The Great Gatsby (2013)
Like several of these films, this is more of a general summer-season picture than an Independence Day-specific film, but the riotous Roaring ‘20s parties held by the shadowy rich man Jay Gatsby (Leonardo DiCaprio) sure bring to mind the season’s biggest holiday – never moreso than when Gatsby is first introduced via Gershwin and, yes, fireworks, with a DiCaprio raised glass and to-the-camera grin that contributes to his strange status as the most meme-able superstar in the world. This version of F. Scott Fitzgerald’s Great American Novel may be helmed by Aussie Baz Luhrmann, but the perfectly cast DiCaprio bringing to life Gatsby’s arrested-development intensity assures that the adaptation still feels plenty American, and perfect viewing for a holiday that brings equally to mind the country’s great promise and folly.
In the Heights (2021)
Technically, the fireworks in the Lin-Manuel Miranda/Jon M. Chu musical In the Heights don’t go off to celebrate the Fourth of July; they’re set off during a city-wide New York blackout to help light residents of Washington Heights find their way home in the dark.
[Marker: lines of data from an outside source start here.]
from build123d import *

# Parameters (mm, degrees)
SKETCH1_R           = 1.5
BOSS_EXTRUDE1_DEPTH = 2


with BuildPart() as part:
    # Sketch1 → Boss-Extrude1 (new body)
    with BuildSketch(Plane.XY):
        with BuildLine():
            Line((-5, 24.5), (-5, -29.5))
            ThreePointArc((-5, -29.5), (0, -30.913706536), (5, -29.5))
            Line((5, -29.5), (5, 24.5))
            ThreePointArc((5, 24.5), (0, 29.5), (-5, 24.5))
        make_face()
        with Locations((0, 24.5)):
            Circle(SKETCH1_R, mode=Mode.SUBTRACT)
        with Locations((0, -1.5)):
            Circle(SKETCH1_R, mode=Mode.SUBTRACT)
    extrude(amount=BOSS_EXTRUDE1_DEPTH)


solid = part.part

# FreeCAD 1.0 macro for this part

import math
import FreeCAD as App
import Part
import Sketcher
from FreeCAD import Vector

doc = App.newDocument("Part")
params = doc.addObject("Spreadsheet::Sheet", "Params")
for row, (alias, value) in enumerate([
    ("sketch1_diameter", "3 mm"),
    ("sketch1_radius", "5 mm"),
    ("sketch1_height", "54 mm"),
    ("pad1_length", "2 mm"),
], start=1):
    params.set(f"A{row}", alias)
    params.set(f"B{row}", "=" + value)
    params.setAlias(f"B{row}", alias)

body = doc.addObject("PartDesign::Body", "Body")

sketch1 = doc.addObject("Sketcher::SketchObject", "Sketch")
body.addObject(sketch1)
sketch1.AttachmentSupport = (doc.XY_Plane, [""])
sketch1.MapMode = "FlatFace"
sketch1.addGeometry([
    Part.LineSegment(Vector(-5, 24.5, 0), Vector(-5, -29.5, 0)),
    Part.ArcOfCircle(Part.Circle(Vector(0, -21.4, 0), Vector(0, 0, 1), 9.5), math.radians(-122), math.radians(-58)),
    Part.LineSegment(Vector(5, -29.5, 0), Vector(5, 24.5, 0)),
    Part.ArcOfCircle(Part.Circle(Vector(0, 24.5, 0), Vector(0, 0, 1), 5), math.radians(0), math.radians(180)),
    Part.Circle(Vector(0, -1.5, 0), Vector(0, 0, 1), 1.5),
    Part.Circle(Vector(0, 24.5, 0), Vector(0, 0, 1), 1.5),
], False)
sketch1.addConstraint([
    Sketcher.Constraint("Coincident", 0, 2, 1, 1),
    Sketcher.Constraint("Coincident", 1, 2, 2, 1),
    Sketcher.Constraint("Tangent", 2, 2, 3, 1),
    Sketcher.Constraint("Tangent", 3, 2, 0, 1),
    Sketcher.Constraint("Vertical", 0),
    Sketcher.Constraint("Vertical", 2),
    Sketcher.Constraint("Coincident", 5, 3, 3, 3),
    Sketcher.Constraint("Equal", 4, 5),
    Sketcher.Constraint("Symmetric", 0, 2, 1, 2, -2),
    Sketcher.Constraint("PointOnObject", 4, 3, -2),
    Sketcher.Constraint("Diameter", 4, 3.0),
    Sketcher.Constraint("Radius", 3, 5.0),
    Sketcher.Constraint("DistanceY", 0, 2, 0, 1, 54.0),
    Sketcher.Constraint("DistanceY", 4, 3, 3, 3, 26.0),
    Sketcher.Constraint("DistanceY", -1, 1, 3, 3, 24.5),
    Sketcher.Constraint("Radius", 1, 9.548858),
])
sketch1.setExpression("Constraints[10]", "Params.sketch1_diameter")
sketch1.setExpression("Constraints[11]", "Params.sketch1_radius")
sketch1.setExpression("Constraints[12]", "Params.sketch1_height")
pad1 = doc.addObject("PartDesign::Pad", "Pad")
body.addObject(pad1)
pad1.Profile = sketch1
pad1.setExpression("Length", "Params.pad1_length")

doc.recompute()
But the combination of the light show and the setting on the “hottest day of the summer” makes this feel like a particularly apt Independence Day pick. (One quibble: Everyone complains about the heat, but the washed-out cinematography in this film version of the Broadway hit makes the city look overcast, as if the temperature is barely cresting 73 degrees.) Moreover, the reconfigured film version places the showstopping number "Paciencia y Fe" closer to that blackout-and-fireworks action, turning the immigrant-experience story of Abuela Claudia (Olga Merediz) into the movie’s centerpiece, a terrifically staged number very much in conversation with “America” from West Side Story (the brilliant remake of which came out the very same year).